Here’s the C++ version of `opt_value()`

(you can get all four language versions from this github repo, there is a single source file per language that’s trivial to compile and run):

```
int64_t
opt_value (int64_t const W, std::vector<item> const & items)
{
auto const n = items.size ();
std::unique_ptr<int64_t []> const v_data { std::make_unique<int64_t []> (W) }; // "zeros"
std::unique_ptr<int64_t []> const v_prev_data { std::make_unique<int64_t []> (W) }; // "zeros"
int64_t * V { v_data.get () };
int64_t * V_prev { v_prev_data.get () };
for (int64_t w = items[0].weight; w <= W; ++ w)
V[w - 1] = items[0].value;
for (std::size_t j = 1; j < n; ++ j)
{
std::swap (V, V_prev);
item const & item { items [j] };
for (int64_t w = 1; w <= W; ++ w)
{
auto const V_without_item_j = V_prev[w - 1];
auto const V_allow_item_j = (w < item.weight
? V_without_item_j
: (item.value + (w != item.weight ? V_prev[w - 1 - item.weight] : 0)));
V[w - 1] = std::max(V_allow_item_j, V_without_item_j);
}
}
return V[W - 1];
}
```

I’ve tried to keep the implementation consistent and idiomatic within each language. (It helps that my algorithm is basically a couple of nested loops without memory allocation, some arithmetic, and not much else.) All these implementations could in principle be tuned further using language-specific techniques, but that’s not my goal here.

Here is a snippet of calculation latency data for \(W=80000\), captured on the exact same CPU:

lang | W | time (sec) |
---|---|---|

julia | 80000 | 0.1135 |

python | 80000 | 28.2094 |

java | 80000 | 0.0781 |

c++ | 80000 | 0.0710 |

Hmm.
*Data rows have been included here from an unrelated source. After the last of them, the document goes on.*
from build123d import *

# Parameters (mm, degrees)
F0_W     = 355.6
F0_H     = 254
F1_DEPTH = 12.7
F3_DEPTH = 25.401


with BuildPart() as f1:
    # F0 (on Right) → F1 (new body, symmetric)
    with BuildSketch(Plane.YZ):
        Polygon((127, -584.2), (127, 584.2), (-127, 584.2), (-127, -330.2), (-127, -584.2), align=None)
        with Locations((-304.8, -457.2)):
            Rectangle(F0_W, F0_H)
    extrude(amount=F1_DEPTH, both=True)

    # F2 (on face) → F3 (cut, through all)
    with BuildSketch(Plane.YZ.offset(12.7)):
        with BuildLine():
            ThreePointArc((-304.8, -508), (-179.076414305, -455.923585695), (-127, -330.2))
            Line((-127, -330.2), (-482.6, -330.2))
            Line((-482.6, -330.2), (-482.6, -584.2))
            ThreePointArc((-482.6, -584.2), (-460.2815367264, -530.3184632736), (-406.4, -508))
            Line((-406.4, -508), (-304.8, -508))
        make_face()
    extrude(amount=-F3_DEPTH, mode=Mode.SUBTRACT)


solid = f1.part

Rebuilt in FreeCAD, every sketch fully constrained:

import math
import FreeCAD as App
import Part
import Sketcher
from FreeCAD import Vector
Q = App.Units.Quantity


def add_polygon(sketch, points):
    """Adds a closed chain of lines whose ends are joined by coincident constraints."""
    first, n = sketch.GeometryCount, len(points)
    for a, b in zip(points, points[1:] + points[:1]):
        sketch.addGeometry(Part.LineSegment(App.Vector(*a, 0), App.Vector(*b, 0)), False)
    for i in range(n):
        sketch.addConstraint(Sketcher.Constraint("Coincident", first + i, 2, first + (i + 1) % n, 1))

doc = App.newDocument("Part")
body = doc.addObject("PartDesign::Body", "Body")

# Sketch on YZ plane
sketch1 = body.newObject("Sketcher::SketchObject", "Sketch")
sketch1.AttachmentSupport = (doc.getObject("YZ_Plane"), [""])
sketch1.MapMode = "FlatFace"
add_polygon(sketch1, [(127, -584), (127, 584), (-127, 584), (-127, -330), (-483, -330), (-483, -584)])  # lines 0-5
sketch1.addConstraint(Sketcher.Constraint("Vertical", 0))
sketch1.addConstraint(Sketcher.Constraint("Horizontal", 1))
sketch1.addConstraint(Sketcher.Constraint("Vertical", 2))
sketch1.addConstraint(Sketcher.Constraint("Horizontal", 3))
sketch1.addConstraint(Sketcher.Constraint("Vertical", 4))
sketch1.addConstraint(Sketcher.Constraint("Horizontal", 5))
sketch1.addConstraint(Sketcher.Constraint("Symmetric", 1, 2, 5, 2, -1, 1))
sketch1.addConstraint(Sketcher.Constraint("Equal", 1, 4))
sketch1.addConstraint(Sketcher.Constraint("DistanceX", 1, 2, 1, 1, Q("10 in")))
sketch1.addConstraint(Sketcher.Constraint("DistanceX", 3, 2, 3, 1, Q("14 in")))
sketch1.addConstraint(Sketcher.Constraint("DistanceY", 0, 1, 0, 2, Q("46 in")))
pad1 = body.newObject("PartDesign::Pad", "Pad")
pad1.Profile = sketch1
pad1.Length = Q("1 in")
pad1.Midplane = True

# Sketch on YZ plane
sketch2 = body.newObject("Sketcher::SketchObject", "Sketch001")
sketch2.AttachmentSupport = (doc.getObject("YZ_Plane"), [""])
sketch2.MapMode = "FlatFace"
sketch2.AttachmentOffset = App.Placement(Vector(0, 0, 0.5 * 25.4), App.Rotation())
sketch2.addGeometry(Part.ArcOfCircle(Part.Circle(Vector(-305, -330, 0), Vector(0, 0, 1), 178), math.radians(-90), math.radians(0)), False)
sketch2.addGeometry(Part.LineSegment(Vector(-127, -330, 0), Vector(-483, -330, 0)), False)
sketch2.addGeometry(Part.LineSegment(Vector(-483, -330, 0), Vector(-483, -584, 0)), False)
sketch2.addGeometry(Part.ArcOfCircle(Part.Circle(Vector(-406, -584, 0), Vector(0, 0, 1), 76), math.radians(90), math.radians(180)), False)
sketch2.addGeometry(Part.LineSegment(Vector(-406, -508, 0), Vector(-305, -508, 0)), False)
sketch2.addConstraint(Sketcher.Constraint("Coincident", 0, 2, 1, 1))
sketch2.addConstraint(Sketcher.Constraint("Coincident", 1, 2, 2, 1))
sketch2.addConstraint(Sketcher.Constraint("Tangent", 2, 2, 3, 2))
sketch2.addConstraint(Sketcher.Constraint("Tangent", 3, 1, 4, 1))
sketch2.addConstraint(Sketcher.Constraint("Tangent", 4, 2, 0, 1))
sketch2.addConstraint(Sketcher.Constraint("Horizontal", 1))
sketch2.addConstraint(Sketcher.Constraint("Vertical", 2))
sketch2.addConstraint(Sketcher.Constraint("Horizontal", 4))
sketch2.addConstraint(Sketcher.Constraint("Radius", 0, Q("7 in")))
sketch2.addConstraint(Sketcher.Constraint("Radius", 3, Q("3 in")))
sketch2.addConstraint(Sketcher.Constraint("DistanceX", 1, 2, 1, 1, Q("14 in")))
sketch2.addConstraint(Sketcher.Constraint("DistanceY", 2, 2, 2, 1, Q("10 in")))
sketch2.addConstraint(Sketcher.Constraint("DistanceX", 0, 3, -1, 1, Q("12 in")))
sketch2.addConstraint(Sketcher.Constraint("DistanceY", 0, 3, -1, 1, Q("13 in")))
pocket1 = body.newObject("PartDesign::Pocket", "Pocket")
pocket1.Profile = sketch2
pocket1.Type = "ThroughAll"

doc.recompute()
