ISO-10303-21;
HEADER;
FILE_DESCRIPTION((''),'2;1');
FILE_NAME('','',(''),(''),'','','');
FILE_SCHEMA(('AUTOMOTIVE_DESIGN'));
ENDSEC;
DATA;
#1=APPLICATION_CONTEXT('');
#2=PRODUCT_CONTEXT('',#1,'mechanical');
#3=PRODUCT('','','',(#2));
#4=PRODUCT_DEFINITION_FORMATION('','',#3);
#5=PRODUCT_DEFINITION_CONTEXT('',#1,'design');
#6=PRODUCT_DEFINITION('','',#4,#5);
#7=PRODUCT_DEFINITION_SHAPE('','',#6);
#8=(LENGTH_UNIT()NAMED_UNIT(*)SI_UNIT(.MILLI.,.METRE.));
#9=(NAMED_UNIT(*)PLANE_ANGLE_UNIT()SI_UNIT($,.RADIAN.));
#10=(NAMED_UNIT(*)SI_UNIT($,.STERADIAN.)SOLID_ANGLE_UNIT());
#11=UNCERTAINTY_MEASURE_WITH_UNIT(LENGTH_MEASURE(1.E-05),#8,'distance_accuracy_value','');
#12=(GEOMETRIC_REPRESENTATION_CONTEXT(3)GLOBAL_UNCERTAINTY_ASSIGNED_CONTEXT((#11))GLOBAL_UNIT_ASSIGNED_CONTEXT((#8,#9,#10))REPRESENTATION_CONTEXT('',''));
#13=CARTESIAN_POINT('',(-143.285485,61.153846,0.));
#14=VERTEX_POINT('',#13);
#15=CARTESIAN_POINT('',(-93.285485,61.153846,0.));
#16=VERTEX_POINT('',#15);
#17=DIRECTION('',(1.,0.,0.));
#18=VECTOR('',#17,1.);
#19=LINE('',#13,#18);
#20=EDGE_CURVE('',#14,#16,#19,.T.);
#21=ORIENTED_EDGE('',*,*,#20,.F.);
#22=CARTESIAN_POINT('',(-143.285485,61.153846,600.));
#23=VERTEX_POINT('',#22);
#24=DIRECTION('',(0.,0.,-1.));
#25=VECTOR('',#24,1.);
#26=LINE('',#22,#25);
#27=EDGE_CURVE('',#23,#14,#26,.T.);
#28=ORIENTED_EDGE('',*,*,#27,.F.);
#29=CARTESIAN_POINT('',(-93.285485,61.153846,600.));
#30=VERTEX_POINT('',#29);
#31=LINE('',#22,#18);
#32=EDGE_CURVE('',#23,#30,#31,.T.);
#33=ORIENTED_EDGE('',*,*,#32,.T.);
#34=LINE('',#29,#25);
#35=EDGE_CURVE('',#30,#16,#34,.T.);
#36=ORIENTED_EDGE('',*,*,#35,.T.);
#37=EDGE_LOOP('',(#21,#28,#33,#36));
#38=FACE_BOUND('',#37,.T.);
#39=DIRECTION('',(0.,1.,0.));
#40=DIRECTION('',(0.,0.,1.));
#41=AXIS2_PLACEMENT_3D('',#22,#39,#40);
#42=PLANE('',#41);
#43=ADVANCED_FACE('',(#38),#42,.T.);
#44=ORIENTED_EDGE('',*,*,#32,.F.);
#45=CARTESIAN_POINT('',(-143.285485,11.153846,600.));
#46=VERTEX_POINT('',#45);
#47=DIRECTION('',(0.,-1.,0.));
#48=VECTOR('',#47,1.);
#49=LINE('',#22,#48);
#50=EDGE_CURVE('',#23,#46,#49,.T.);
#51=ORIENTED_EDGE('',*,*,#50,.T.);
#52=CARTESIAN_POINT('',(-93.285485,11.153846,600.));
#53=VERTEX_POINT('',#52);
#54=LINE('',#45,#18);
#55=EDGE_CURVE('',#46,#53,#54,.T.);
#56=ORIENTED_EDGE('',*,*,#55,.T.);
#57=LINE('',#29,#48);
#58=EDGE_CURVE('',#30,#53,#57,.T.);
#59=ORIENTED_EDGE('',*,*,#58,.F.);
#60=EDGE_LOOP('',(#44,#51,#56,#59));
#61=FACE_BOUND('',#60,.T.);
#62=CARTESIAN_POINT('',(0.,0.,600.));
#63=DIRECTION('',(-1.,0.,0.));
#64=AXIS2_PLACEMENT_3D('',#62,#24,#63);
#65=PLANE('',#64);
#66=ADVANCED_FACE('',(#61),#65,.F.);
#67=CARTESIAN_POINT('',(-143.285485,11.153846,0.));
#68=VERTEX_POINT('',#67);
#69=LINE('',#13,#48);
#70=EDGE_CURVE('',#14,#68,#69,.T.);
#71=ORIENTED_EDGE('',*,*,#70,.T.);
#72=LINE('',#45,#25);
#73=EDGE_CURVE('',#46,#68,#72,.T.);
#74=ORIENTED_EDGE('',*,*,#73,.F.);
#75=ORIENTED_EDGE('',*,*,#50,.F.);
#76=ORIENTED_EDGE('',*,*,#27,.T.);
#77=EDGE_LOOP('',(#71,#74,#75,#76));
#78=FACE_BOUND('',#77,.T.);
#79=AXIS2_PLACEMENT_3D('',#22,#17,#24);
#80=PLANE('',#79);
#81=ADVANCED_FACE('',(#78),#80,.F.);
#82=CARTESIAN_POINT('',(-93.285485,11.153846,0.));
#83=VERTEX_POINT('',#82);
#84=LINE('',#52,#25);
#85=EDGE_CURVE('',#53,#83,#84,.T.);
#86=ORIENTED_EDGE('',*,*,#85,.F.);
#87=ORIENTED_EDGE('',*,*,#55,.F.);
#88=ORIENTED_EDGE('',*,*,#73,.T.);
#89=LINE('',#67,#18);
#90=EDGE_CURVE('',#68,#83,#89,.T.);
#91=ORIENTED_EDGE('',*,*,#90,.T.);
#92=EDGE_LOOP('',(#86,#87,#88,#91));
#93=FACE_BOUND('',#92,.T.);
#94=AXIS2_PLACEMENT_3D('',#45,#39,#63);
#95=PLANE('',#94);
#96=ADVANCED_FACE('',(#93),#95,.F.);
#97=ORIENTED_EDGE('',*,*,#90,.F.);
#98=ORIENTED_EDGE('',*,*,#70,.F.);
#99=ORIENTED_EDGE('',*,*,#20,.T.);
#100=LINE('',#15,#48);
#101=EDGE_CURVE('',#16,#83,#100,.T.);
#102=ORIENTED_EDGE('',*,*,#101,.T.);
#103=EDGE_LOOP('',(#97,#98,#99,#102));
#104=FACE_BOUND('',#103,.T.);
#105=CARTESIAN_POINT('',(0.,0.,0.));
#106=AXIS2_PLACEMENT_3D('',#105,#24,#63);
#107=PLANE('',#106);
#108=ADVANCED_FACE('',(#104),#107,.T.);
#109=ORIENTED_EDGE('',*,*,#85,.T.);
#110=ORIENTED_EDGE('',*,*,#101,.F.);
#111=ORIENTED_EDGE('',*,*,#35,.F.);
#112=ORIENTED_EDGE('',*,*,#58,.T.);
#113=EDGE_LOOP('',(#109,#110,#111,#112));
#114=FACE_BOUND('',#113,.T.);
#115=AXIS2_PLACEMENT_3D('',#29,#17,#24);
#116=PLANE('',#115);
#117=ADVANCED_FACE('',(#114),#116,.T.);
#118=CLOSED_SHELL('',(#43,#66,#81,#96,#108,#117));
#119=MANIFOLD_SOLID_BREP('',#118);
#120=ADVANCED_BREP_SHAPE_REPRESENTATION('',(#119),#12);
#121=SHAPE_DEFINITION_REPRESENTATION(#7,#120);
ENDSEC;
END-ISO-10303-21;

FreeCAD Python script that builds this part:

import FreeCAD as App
import Part
import Sketcher

doc = App.newDocument("Part")
body = doc.addObject("PartDesign::Body", "Body")

sketch1 = body.newObject("Sketcher::SketchObject", "Sketch")
sketch1.AttachmentSupport = (doc.getObject("XY_Plane"), [""])
sketch1.MapMode = "FlatFace"
sketch1.addGeometry([
    Part.LineSegment(App.Vector(-143, 61, 0), App.Vector(-143, 11, 0)),
    Part.LineSegment(App.Vector(-143, 11, 0), App.Vector(-93, 11, 0)),
    Part.LineSegment(App.Vector(-93, 11, 0), App.Vector(-93, 61, 0)),
    Part.LineSegment(App.Vector(-93, 61, 0), App.Vector(-143, 61, 0)),
], False)
sketch1.addConstraint([
    Sketcher.Constraint("Coincident", 0, 2, 1, 1),
    Sketcher.Constraint("Coincident", 1, 2, 2, 1),
    Sketcher.Constraint("Coincident", 2, 2, 3, 1),
    Sketcher.Constraint("Coincident", 3, 2, 0, 1),
    Sketcher.Constraint("Vertical", 0),
    Sketcher.Constraint("Horizontal", 1),
    Sketcher.Constraint("Vertical", 2),
    Sketcher.Constraint("Horizontal", 3),
    Sketcher.Constraint("Equal", 3, 0),
    Sketcher.Constraint("DistanceX", 1, 1, 1, 2, 50.0),
    Sketcher.Constraint("DistanceX", 0, 2, -1, 1, 143.285485),
    Sketcher.Constraint("DistanceY", -1, 1, 0, 2, 11.153846),
])
pad1 = body.newObject("PartDesign::Pad", "Pad")
pad1.Profile = sketch1
pad1.Length = 600

doc.recompute()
Perhaps you begin to suspect that Python is not going to win this. Here is a log-log plot of all data, for all \(W\)’s:

Julia is about 50% slower than either Java or C++. But it is Python that is the real laggard in the group: slower by **more than 100x** across the entire range of tested problem sizes. Ouch!

Going back to the matrix version of the algorithm, you can see how the matrix is accessed predictably over \(j\) columns but somewhat randomly (in a data-depedent fashion) over \(w\) rows. There doesn’t seem to be a way to express the algorithm in linear algebra operations. This difficulty is retained in the optimized two-column-buffer version. The algorithm is short and simple but there just doesn’t seem to be a way to vectorize it so that it would be fast, say, in numpy. Massive underperformance of the Python version is the cost I pay for slow *interpretation* of Python bytecode.

As for Julia, so far so good. I might just get used to the “no need to vectorize code to make it fast” lifestyle.